Write out, unaltered, each line from the top of the records below down to the line where "#6=PRODUCT_DEFINITION('','',#4,#5);" appears, that line included.

*** Opening of RECORDS FOR THIS TASK ***

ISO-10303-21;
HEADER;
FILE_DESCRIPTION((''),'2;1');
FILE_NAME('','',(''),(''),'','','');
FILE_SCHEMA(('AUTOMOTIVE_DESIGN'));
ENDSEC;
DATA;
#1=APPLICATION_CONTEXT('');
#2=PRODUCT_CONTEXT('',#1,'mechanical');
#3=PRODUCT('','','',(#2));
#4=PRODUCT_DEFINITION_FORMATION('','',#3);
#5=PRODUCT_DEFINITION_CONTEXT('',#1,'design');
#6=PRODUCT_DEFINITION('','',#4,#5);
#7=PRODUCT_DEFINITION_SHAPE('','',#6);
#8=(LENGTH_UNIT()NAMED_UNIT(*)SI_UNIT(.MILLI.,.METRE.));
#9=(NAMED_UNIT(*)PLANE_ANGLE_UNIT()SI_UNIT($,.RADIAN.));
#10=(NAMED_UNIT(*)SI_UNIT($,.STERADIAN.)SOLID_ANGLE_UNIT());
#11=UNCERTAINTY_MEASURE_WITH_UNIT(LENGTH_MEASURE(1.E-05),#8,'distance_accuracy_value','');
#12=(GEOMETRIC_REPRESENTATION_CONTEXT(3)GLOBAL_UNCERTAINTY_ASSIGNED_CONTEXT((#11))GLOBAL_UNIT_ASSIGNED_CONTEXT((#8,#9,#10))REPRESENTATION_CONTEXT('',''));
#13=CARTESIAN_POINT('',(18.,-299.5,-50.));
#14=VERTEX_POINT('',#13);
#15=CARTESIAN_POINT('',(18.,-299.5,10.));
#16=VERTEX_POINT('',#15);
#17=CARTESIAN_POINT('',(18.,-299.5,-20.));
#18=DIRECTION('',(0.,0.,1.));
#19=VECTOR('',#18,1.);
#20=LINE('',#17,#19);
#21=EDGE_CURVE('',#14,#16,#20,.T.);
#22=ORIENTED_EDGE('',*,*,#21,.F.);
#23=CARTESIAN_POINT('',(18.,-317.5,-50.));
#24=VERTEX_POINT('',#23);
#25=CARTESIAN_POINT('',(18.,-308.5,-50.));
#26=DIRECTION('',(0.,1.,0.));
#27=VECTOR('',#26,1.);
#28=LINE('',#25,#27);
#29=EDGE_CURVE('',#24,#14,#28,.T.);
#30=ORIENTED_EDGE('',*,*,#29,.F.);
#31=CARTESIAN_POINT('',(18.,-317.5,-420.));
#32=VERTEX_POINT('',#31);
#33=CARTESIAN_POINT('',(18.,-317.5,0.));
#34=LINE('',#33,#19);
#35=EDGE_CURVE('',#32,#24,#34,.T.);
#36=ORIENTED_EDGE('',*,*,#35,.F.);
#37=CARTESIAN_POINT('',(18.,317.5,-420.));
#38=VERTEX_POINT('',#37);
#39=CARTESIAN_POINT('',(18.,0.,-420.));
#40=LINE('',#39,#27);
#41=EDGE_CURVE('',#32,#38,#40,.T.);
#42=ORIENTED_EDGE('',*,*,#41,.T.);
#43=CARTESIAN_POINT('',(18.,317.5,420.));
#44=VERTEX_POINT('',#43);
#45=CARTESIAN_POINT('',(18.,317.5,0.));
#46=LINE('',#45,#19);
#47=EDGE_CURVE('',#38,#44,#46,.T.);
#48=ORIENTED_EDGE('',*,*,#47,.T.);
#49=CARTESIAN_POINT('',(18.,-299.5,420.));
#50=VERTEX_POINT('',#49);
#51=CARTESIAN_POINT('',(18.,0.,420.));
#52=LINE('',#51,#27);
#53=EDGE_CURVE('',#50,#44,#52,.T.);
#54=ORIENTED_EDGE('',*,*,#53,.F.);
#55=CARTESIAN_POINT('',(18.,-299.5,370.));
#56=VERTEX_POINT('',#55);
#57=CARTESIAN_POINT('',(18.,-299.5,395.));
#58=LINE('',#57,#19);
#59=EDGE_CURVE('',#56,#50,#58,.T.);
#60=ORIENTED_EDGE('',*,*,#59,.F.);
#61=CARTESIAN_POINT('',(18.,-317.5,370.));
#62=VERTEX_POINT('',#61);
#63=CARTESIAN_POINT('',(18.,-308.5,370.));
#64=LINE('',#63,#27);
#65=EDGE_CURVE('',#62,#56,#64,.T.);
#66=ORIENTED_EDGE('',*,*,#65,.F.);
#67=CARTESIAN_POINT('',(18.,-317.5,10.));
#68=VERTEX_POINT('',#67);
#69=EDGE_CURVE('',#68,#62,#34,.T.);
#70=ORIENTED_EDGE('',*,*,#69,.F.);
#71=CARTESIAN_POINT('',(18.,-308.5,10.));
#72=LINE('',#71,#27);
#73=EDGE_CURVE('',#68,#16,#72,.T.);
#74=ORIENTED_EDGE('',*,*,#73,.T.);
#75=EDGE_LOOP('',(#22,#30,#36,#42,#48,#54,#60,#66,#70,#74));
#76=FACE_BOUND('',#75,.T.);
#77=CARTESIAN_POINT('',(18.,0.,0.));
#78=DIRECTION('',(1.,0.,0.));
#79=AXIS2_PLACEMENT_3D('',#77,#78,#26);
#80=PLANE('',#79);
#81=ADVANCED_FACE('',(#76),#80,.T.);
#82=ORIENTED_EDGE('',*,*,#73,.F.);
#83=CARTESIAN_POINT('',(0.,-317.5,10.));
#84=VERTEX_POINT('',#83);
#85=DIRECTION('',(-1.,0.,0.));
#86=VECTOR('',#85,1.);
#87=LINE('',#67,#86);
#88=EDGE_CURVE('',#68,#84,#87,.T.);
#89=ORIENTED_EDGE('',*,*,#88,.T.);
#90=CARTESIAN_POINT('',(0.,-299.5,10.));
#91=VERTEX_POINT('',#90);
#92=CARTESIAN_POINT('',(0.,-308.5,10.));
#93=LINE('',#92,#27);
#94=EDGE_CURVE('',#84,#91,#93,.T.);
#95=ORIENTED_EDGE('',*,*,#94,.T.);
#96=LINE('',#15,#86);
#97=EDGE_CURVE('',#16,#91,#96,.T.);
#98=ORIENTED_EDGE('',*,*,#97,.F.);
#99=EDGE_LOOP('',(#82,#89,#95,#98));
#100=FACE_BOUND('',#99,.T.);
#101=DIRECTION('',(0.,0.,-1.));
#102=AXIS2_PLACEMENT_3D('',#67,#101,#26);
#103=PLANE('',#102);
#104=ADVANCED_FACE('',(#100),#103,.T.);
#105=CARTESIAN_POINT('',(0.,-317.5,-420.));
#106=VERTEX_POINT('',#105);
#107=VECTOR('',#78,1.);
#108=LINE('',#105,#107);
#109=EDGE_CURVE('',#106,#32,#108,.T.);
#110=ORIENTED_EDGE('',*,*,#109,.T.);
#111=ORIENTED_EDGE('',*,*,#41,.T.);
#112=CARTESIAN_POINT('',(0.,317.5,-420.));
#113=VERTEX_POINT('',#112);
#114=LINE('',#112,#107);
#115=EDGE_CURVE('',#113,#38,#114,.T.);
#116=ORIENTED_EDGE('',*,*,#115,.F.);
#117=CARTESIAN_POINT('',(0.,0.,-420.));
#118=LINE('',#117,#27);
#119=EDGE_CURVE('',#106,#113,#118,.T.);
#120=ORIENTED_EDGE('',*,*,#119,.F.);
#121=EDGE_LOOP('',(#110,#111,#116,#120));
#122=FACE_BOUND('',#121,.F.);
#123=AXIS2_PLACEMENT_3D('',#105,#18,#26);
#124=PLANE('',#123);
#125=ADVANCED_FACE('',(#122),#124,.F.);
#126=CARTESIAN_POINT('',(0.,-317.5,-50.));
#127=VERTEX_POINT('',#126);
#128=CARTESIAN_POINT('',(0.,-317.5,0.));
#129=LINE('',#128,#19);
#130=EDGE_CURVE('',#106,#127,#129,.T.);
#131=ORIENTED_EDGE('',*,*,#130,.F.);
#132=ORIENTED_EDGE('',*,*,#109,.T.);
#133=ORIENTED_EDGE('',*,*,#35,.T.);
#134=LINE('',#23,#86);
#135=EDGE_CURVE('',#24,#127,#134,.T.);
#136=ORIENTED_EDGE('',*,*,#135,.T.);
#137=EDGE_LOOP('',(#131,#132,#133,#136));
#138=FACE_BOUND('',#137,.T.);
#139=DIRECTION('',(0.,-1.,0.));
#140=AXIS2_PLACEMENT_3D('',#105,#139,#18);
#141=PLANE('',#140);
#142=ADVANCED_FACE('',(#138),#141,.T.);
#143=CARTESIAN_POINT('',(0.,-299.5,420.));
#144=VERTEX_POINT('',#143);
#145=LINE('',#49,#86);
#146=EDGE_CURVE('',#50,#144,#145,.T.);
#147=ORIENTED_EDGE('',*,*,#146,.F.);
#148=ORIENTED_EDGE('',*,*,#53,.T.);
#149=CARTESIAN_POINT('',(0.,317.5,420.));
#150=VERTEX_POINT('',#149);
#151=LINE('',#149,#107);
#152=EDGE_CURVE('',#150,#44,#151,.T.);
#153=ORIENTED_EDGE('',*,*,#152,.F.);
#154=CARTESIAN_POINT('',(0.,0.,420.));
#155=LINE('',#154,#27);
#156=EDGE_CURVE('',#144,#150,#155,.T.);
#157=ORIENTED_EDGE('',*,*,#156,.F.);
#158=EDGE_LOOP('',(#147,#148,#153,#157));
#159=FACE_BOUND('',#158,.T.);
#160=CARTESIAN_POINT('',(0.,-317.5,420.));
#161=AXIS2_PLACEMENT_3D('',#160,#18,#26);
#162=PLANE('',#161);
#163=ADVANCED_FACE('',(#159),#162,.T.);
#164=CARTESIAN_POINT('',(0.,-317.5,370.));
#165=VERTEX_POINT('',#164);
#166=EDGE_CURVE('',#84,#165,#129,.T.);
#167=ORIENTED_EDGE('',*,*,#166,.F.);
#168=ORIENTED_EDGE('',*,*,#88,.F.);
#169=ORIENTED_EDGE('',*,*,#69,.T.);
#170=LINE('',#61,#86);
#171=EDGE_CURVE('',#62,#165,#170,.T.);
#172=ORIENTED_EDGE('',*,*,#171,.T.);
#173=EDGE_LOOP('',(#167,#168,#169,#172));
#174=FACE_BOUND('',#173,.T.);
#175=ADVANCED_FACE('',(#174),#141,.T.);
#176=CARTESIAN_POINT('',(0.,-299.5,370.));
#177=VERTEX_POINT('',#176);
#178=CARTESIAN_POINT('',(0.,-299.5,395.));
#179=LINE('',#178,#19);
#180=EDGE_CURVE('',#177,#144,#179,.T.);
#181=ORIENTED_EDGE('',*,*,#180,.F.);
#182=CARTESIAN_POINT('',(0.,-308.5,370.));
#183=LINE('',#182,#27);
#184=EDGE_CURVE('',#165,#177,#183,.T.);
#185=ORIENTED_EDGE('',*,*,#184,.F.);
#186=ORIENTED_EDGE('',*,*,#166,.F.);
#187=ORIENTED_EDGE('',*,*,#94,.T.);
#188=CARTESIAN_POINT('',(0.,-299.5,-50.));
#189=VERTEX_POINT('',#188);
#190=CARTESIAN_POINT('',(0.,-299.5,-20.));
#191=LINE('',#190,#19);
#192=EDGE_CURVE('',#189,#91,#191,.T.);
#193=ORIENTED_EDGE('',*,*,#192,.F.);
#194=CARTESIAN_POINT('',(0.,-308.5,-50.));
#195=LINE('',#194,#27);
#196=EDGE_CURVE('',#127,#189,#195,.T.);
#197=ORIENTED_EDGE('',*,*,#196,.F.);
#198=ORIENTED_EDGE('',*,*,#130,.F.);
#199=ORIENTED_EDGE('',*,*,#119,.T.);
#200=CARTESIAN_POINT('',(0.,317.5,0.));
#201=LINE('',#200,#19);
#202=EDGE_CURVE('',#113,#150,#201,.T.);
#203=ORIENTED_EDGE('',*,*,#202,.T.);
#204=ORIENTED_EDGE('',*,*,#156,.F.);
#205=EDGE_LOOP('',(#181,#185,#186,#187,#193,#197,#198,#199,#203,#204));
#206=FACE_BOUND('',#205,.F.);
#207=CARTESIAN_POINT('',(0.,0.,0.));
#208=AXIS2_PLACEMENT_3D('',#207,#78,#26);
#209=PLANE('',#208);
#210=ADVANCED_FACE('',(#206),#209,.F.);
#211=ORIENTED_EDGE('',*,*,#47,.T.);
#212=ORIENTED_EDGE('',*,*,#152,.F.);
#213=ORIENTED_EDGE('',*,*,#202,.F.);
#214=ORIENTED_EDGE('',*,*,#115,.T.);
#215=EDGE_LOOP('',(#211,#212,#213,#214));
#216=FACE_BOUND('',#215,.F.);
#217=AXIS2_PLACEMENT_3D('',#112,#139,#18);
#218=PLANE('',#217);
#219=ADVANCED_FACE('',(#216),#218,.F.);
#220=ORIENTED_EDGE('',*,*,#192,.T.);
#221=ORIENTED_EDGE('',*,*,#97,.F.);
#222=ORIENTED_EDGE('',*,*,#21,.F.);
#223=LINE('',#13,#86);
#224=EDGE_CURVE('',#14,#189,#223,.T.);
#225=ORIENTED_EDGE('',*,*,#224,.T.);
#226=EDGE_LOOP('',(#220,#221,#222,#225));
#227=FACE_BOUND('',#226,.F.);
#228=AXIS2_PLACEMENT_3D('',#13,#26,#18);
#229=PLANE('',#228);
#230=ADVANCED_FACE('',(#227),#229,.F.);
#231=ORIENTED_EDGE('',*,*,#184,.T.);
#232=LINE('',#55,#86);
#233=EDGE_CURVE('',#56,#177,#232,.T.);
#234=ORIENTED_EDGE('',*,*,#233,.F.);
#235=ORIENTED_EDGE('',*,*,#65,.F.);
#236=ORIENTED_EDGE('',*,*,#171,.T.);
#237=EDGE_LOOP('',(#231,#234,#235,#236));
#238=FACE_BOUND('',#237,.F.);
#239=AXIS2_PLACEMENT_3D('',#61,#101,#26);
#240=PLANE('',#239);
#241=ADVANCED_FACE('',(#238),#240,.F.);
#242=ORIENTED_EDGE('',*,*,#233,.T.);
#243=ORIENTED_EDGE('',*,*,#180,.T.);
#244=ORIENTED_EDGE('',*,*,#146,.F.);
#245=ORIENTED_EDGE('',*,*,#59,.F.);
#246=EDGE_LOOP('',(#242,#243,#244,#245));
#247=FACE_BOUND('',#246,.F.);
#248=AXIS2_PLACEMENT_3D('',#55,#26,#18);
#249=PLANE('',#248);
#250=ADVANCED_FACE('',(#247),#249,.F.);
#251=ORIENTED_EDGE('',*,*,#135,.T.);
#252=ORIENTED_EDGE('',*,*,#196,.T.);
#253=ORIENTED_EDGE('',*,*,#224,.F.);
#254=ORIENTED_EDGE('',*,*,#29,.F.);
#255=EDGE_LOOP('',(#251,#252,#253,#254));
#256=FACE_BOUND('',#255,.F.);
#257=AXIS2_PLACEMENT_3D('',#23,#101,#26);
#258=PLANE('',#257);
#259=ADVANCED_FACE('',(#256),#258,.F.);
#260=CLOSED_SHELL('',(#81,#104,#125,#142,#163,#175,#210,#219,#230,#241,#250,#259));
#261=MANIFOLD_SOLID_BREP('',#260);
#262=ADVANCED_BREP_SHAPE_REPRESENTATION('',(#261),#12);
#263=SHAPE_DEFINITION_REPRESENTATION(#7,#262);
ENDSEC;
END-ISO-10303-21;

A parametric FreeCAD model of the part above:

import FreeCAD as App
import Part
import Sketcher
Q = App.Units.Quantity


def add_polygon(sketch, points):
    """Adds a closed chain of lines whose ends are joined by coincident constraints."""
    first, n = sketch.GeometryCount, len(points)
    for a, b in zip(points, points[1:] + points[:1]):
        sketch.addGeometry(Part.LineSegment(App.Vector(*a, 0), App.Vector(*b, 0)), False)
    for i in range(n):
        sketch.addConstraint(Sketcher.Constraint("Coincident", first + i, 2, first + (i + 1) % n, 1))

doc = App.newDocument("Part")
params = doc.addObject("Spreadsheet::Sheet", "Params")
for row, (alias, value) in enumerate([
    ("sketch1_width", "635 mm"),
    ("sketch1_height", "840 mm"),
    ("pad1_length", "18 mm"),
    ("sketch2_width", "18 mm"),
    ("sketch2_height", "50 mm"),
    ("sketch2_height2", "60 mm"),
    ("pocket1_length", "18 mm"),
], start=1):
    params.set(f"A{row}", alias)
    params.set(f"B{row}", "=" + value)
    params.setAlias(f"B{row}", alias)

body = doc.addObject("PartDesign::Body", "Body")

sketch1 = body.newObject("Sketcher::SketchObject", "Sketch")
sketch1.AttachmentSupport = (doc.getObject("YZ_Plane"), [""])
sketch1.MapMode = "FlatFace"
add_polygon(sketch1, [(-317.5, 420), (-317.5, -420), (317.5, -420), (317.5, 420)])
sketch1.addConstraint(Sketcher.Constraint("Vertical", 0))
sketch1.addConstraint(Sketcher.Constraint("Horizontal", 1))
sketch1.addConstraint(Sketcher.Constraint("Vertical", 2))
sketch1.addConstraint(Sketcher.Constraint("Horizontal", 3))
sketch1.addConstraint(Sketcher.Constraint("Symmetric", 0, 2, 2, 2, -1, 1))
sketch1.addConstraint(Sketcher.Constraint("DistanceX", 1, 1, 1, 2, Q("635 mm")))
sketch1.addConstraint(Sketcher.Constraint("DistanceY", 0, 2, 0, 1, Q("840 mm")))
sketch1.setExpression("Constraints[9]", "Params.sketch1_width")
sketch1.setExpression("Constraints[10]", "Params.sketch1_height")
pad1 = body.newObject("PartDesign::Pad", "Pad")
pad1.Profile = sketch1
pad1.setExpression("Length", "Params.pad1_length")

*** Close of RECORDS FOR THIS TASK ***

**RESPONSE AREA**
ISO-10303-21;
HEADER;
FILE_DESCRIPTION((''),'2;1');
FILE_NAME('','',(''),(''),'','','');
FILE_SCHEMA(('AUTOMOTIVE_DESIGN'));
ENDSEC;
DATA;
#1=APPLICATION_CONTEXT('');
#2=PRODUCT_CONTEXT('',#1,'mechanical');
#3=PRODUCT('','','',(#2));
#4=PRODUCT_DEFINITION_FORMATION('','',#3);
#5=PRODUCT_DEFINITION_CONTEXT('',#1,'design');
#6=PRODUCT_DEFINITION('','',#4,#5);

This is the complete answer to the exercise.